4) Within 90 days of BOG's receipt of the fully merged and processed Geco
Data (being merged and processed with the Fairfield Data) that is licensed in
accordance with the terms of Section 2 above, but in no event later than July
1, 1997 (the end of such period being referred to as the "B Lands Election
Date"), BOG has the exclusive option to acquire all of Tigre's remaining 37.5%
ownership interest and 12.5% out of RIMCO's remaining 37.5% ownership interest
in that part of the RIMCO/Tigre Project which is outlined on the plat which is
attached hereto as Attachment 3 (the lands described on Attachment 3 being
referred to herein as the "B Lands" and the additional ownership interests in
the B Lands to be acquired by BOG from Tigre and RIMCO being referred to herein
as the "Additional B Lands Ownership Interest"), by committing to the
following:
* On or before the B Lands Election Date, BOG shall
notify Tigre and RIMCO, in writing, whether BOG is
electing to acquire the Additional B Lands Ownership
Interest. The Additional B Lands Ownership Interest
shall only be subject to (i) a proportionately
reduced share of the 3% ORRI due to Huerfano (being
reduced in proportion to the Additional B Lands
Ownership Interest being acquired -- i.e. 37.5% +
12.5% = 50%), (ii) a proportionately reduced share of
the 2% ORRI due to RIMCO and Tigre, and (iii) a
proportionately reduced share of the 20% back-in APO
ownership interest due to RIMCO and Tigre. By way of
example, if BOG elects to acquire the full Additional
B Lands Ownership Interest (i.e. 37.5% from Tigre and
12.5% from RIMCO), the Additional B Lands Ownership
Interest acquired by BOG would be subject to its
proportionate share of the 3% Huerfano ORRI and the
2% ORRI reserved to RIMCO and Tigre and the parties'
total respective ownership interests in the B Lands
within the RIMCO/Tigre Project would be as follows:
Ownership Interest BPO
----------------------
BOG 75%
RIMCO 25%
Ownership Interest APO
----------------------
BOG 65%
RIMCO 27.5%
Tigre 7.5%.
* In the event that BOG elects to acquire the
Additional B Lands Ownership Interest from Tigre and
RIMCO as set forth in this Section 4, a proportionate
part (being in proportion to the 37.5% additional
interest acquired from Tigre and the 12.5% additional
interest acquired from RIMCO) of BOG's interest in
all subsequently acquired leases and mineral
interests covering the B Lands shall be subject to
the same proportionately reduced (i) 3% ORRI due to
Huerfano, (ii) 2% ORRI due to RIMCO and Tigre, and
(iii) 20% back-in ownership interest APO due to RIMCO
and Tigre.
* In the event that BOG elects to acquire the
Additional B Lands Ownership Interest from Tigre and
RIMCO, BOG shall reimburse each of Tigre and RIMCO
for a proportionate
5
RIMCO/Tigre Project
Proposed Trade Structure
Page 5
(being a percentage equal to the amount of additional
ownership interest that is to be acquired by BOG from
such party) part of the sunk costs allocated to the B
Lands (the sunk costs allocated to the B Lands being
set forth on Attachment 4).

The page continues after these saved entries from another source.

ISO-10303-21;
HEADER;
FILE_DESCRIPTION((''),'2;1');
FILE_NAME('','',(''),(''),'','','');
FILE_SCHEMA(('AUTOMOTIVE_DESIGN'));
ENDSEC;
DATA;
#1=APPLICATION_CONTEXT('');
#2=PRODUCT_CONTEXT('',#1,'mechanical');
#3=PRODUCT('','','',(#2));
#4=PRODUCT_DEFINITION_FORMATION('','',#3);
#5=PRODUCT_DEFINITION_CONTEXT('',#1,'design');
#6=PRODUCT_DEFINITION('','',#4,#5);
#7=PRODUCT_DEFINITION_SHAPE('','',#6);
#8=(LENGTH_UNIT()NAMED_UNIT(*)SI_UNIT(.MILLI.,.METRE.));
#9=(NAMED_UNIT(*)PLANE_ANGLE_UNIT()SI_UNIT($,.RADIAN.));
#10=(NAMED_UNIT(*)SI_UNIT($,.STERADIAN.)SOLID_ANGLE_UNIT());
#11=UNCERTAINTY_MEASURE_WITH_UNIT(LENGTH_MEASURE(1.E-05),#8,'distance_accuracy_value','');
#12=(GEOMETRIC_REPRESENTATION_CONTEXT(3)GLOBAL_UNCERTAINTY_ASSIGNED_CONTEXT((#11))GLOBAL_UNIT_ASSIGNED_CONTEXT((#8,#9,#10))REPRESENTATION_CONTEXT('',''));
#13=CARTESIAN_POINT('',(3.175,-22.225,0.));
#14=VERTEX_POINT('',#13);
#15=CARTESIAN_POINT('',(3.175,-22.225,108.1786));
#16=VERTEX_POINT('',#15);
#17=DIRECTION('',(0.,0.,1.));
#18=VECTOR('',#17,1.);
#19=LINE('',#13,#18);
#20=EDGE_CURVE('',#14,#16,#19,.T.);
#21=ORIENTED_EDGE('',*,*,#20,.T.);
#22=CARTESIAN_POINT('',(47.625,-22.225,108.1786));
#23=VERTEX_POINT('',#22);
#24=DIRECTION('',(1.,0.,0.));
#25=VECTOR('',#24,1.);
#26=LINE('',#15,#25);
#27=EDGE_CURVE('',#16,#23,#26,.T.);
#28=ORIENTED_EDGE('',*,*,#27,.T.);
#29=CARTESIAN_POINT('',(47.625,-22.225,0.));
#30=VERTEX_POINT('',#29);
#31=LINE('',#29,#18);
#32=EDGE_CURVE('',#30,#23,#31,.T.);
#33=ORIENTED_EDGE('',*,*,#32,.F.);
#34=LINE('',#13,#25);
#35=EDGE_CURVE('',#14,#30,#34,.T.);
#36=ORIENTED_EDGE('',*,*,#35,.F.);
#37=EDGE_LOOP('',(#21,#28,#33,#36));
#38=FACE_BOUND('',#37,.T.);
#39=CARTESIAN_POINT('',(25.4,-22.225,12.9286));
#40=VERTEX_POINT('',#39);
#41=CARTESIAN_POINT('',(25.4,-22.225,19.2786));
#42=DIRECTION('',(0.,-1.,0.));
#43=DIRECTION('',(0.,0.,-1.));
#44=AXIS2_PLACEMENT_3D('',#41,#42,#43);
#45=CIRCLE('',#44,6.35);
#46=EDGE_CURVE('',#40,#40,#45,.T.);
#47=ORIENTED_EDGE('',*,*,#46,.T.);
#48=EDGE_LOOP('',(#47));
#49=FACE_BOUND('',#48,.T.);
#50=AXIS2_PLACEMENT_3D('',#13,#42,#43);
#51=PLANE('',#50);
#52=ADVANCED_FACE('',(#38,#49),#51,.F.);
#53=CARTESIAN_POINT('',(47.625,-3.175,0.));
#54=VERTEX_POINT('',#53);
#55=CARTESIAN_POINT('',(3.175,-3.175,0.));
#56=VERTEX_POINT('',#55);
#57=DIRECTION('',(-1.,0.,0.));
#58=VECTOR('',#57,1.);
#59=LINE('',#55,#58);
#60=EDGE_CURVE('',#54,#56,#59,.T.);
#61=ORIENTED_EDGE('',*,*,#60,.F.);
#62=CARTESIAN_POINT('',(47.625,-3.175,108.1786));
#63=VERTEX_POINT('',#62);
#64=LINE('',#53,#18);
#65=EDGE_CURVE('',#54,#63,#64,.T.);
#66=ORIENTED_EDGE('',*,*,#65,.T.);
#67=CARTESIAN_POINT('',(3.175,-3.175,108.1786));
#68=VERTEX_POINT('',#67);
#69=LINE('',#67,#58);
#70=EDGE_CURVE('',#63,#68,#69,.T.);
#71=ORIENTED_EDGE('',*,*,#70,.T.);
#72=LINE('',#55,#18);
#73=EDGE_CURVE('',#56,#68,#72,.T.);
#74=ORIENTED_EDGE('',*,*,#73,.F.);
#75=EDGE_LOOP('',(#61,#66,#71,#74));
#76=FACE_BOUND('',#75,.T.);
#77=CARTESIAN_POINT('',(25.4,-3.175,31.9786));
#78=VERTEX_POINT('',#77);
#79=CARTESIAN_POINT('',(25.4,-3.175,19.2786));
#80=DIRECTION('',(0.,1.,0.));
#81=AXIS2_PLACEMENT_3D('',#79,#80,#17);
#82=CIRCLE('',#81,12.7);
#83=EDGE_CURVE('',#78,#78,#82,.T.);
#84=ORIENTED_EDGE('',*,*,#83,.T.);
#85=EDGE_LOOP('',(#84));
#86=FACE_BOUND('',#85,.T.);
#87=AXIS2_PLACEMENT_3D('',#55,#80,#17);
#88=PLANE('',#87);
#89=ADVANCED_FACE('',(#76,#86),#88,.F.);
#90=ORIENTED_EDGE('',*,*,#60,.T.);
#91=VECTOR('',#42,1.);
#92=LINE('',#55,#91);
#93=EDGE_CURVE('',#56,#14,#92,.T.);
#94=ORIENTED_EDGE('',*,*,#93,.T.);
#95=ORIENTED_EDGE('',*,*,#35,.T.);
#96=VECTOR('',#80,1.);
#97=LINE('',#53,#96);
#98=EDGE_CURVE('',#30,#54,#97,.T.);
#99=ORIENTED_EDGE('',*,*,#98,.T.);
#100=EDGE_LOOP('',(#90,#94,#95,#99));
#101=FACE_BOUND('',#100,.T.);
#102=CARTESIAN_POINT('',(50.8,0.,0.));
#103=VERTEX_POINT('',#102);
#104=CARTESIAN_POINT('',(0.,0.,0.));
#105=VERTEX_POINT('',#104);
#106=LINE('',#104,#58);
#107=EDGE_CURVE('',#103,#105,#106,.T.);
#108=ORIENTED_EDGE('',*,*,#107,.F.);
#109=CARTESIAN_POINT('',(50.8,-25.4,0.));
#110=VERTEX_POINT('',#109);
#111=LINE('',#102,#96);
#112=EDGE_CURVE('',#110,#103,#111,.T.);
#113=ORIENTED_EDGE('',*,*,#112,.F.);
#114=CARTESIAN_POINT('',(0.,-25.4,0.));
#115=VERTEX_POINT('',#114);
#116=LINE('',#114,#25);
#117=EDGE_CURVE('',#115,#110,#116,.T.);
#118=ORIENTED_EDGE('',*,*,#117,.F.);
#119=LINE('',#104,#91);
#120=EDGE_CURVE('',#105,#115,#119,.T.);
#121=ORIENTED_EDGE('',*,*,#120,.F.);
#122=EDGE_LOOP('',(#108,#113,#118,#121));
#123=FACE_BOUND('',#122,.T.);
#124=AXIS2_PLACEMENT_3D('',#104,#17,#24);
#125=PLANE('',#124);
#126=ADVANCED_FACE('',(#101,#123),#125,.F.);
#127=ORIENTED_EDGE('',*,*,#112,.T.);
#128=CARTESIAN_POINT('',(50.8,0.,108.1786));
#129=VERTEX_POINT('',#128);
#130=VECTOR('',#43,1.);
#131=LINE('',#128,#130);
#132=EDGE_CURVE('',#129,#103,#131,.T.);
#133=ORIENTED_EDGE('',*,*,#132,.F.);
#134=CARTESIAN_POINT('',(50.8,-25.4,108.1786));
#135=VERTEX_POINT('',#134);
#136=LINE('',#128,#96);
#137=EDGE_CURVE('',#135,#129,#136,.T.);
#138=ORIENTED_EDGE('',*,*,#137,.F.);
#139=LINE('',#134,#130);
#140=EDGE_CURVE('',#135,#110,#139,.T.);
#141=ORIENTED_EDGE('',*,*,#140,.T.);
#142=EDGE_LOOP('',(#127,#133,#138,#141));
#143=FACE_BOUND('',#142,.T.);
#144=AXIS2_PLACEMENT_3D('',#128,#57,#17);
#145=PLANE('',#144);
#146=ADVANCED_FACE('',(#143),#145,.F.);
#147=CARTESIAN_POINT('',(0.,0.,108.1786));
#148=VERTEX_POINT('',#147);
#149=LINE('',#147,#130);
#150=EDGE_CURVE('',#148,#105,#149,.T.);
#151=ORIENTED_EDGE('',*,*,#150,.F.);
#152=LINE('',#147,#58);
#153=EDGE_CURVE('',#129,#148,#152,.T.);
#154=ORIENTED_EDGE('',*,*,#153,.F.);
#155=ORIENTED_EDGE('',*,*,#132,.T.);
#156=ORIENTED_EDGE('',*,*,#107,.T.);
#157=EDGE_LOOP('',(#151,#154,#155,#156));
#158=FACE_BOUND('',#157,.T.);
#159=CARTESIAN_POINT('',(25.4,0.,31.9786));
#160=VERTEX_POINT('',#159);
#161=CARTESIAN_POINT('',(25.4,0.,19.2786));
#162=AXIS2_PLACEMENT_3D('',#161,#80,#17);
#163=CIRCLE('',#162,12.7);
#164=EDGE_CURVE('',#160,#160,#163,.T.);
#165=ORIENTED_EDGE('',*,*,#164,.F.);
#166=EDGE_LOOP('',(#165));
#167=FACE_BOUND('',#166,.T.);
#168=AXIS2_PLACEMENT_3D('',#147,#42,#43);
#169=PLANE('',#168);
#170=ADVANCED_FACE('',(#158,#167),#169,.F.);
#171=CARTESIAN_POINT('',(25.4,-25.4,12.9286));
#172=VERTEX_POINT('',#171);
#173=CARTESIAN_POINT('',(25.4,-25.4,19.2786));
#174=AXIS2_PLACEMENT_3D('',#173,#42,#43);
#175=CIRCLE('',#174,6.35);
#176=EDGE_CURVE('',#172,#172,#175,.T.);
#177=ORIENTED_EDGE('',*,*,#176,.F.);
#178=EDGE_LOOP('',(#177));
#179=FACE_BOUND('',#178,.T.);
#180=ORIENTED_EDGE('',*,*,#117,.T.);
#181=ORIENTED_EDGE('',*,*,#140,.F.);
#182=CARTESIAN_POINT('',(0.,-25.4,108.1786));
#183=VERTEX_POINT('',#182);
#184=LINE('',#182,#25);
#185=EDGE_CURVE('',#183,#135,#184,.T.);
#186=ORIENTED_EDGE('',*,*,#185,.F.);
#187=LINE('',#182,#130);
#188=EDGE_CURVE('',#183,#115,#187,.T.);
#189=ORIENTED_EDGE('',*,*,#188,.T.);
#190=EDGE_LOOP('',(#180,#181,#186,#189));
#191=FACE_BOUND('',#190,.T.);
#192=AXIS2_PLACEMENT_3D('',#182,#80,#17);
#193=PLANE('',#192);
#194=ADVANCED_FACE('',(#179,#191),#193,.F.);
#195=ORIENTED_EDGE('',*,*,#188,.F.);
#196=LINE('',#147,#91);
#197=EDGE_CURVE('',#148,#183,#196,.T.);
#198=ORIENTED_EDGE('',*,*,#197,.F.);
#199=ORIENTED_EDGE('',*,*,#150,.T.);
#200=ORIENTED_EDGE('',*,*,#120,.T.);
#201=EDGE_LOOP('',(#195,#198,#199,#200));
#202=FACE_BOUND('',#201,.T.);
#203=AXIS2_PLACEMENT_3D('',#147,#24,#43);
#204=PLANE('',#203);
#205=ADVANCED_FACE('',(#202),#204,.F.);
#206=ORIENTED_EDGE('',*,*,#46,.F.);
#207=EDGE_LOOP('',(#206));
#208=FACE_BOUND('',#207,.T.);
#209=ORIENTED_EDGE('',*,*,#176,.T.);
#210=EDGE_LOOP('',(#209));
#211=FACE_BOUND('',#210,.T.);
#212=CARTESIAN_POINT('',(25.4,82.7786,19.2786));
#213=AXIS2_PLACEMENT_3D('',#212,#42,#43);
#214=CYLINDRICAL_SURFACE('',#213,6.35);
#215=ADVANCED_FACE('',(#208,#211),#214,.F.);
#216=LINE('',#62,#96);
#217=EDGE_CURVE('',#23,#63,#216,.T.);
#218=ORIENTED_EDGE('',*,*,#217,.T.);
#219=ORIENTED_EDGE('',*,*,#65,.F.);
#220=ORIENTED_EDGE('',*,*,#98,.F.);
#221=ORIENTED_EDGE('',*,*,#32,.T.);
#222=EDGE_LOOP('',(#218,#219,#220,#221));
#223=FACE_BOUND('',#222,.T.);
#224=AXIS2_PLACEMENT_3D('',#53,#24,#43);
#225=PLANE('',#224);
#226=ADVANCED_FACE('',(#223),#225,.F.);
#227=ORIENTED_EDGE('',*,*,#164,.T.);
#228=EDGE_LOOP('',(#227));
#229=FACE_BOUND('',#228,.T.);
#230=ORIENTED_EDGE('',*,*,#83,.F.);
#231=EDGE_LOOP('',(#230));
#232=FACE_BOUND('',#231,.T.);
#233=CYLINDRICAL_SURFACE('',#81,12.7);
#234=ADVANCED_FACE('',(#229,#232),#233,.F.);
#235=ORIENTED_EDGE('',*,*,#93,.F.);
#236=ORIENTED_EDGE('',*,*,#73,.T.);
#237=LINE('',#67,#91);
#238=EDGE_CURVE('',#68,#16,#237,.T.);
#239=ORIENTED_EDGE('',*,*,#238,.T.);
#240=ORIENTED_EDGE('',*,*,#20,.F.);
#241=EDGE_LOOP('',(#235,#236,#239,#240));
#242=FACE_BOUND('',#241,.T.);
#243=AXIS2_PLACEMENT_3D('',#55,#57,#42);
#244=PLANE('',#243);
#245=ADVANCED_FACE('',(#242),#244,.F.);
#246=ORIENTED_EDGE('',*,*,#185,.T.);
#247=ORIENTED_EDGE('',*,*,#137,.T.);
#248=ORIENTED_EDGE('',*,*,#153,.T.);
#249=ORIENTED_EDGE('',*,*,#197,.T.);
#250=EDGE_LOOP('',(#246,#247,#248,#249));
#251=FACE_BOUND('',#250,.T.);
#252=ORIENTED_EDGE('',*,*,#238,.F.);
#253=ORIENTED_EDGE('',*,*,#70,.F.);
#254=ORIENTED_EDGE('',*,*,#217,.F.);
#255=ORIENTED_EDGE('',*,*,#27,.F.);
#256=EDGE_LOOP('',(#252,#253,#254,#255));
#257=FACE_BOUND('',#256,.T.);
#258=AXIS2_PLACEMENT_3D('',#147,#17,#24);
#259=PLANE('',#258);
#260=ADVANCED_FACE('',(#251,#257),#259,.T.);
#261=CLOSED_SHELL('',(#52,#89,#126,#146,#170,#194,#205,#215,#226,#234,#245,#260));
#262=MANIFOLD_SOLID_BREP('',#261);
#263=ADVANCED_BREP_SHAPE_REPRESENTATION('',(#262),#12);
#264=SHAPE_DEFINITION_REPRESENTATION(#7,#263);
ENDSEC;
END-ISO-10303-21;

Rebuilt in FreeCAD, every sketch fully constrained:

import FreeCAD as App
import Part
import Sketcher

V = App.Vector
Q = App.Units.Quantity


def add_polygon(sketch, points):
    """Adds a closed chain of lines whose ends are joined by coincident constraints."""
    first, n = sketch.GeometryCount, len(points)
    for a, b in zip(points, points[1:] + points[:1]):
        sketch.addGeometry(Part.LineSegment(App.Vector(*a, 0), App.Vector(*b, 0)), False)
    for i in range(n):
        sketch.addConstraint(Sketcher.Constraint("Coincident", first + i, 2, first + (i + 1) % n, 1))

doc = App.newDocument("Part")
body = doc.addObject("PartDesign::Body", "Body")

sketch1 = body.newObject("Sketcher::SketchObject", "Sketch")
sketch1.AttachmentSupport = (doc.getObject("XY_Plane"), [""])
sketch1.MapMode = "FlatFace"
add_polygon(sketch1, [(0, 0), (0, -25.4), (50.8, -25.4), (50.8, 0)])
sketch1.addConstraint([
    Sketcher.Constraint("Vertical", 0),
    Sketcher.Constraint("Horizontal", 1),
    Sketcher.Constraint("Vertical", 2),
    Sketcher.Constraint("Horizontal", 3),
    Sketcher.Constraint("Coincident", 3, 2, -1, 1),
    Sketcher.Constraint("DistanceX", 1, 1, 1, 2, Q("2 in")),
    Sketcher.Constraint("DistanceY", 0, 2, 0, 1, Q("1 in")),
])
pad1 = body.newObject("PartDesign::Pad", "Pad")
pad1.Profile = sketch1
pad1.Length = Q("4.259 in")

In addition, in the
event that BOG elects to acquire the Additional B
Lands Ownership Interest as aforesaid, with respect
to all prospect costs, including but not limited to
leasing, delay rentals, drilling and completion
operations (including the initial test well
operations) in which BOG elects to participate
(recognizing that BOG has the obligation to
participate in at least one initial test well within
the RIMCO/Tigre Project as set forth below) within
the B Lands, BOG shall pay for all of the costs
allocable to the Additional B Lands Ownership
Interest acquired from RIMCO and Tigre and related to
such operations BPO with respect to all of the costs
incurred by BOG within the B Lands other than the
licensing and processing costs incurred by BOG with
respect to 30 square miles of the Project Data as
described in Section 2 above.
* In the event that BOG elects to acquire the
Additional B Lands Ownership Interest from Tigre and
RIMCO, BOG shall cause the drilling of an initial
test well to be commenced within the B Lands prior to
the expiration of nine months from the B Lands
Election Date; provided, however, that in the event
that BOG also elects to acquire the Additional A
Lands Ownership Interest as set forth in Section 3
above, BOG shall only be required to drill one
initial test well within either the A Lands or the B
Lands within such nine month period, but in the event
that BOG does not elect to cause the drilling of an
initial test well to be commenced within the other
portion of the RIMCO/Tigre Project (being either the
A Lands or the B Lands on which BOG did not drill the
first initial test well) within one year from the B
Lands Election Date, BOG shall assign back to RIMCO
and Tigre the additional ownership interests (being
either the Additional A Lands Ownership Interest or
the Additional B Lands Ownership Interest) that were
to be earned under this Section 4 or Section 3 above,
as applicable, in all of the interests located within
such undrilled portion.
* The payout determination for the 20% back-in APO
shall be based upon all of the expenditures (other
than the licensing and processing costs incurred by
BOG with respect to 30 square miles of the 3-D data
as described in Section 2 above) BOG has incurred
(including, without limitation, the reimbursements
paid to RIMCO and Tigre for their sunk costs
allocated to the B Lands and an
6
RIMCO/Tigre Project
Proposed Trade Structure
Page 6
interpretational charge of $1,750 per square mile of
seismic data licensed within the B Lands) within the
B Lands up to that point in time versus the oil
and/or gas sales revenues received by BOG from the B
Lands up to that specific point in time. Once a
point in time is reached when oil and/or gas sales
revenues received by BOG from the B Lands have
exceeded BOG's expenditures, payout shall be deemed
to have occurred and all future costs incurred within
the B Lands shall be borne and paid for on a heads-up
basis in accordance with the parties' respective
ownership interests after the back-in.
5) The parties will establish an AMI covering the entire RIMCO/Tigre
Project (being the lands which are described and outlined on Attachment 1).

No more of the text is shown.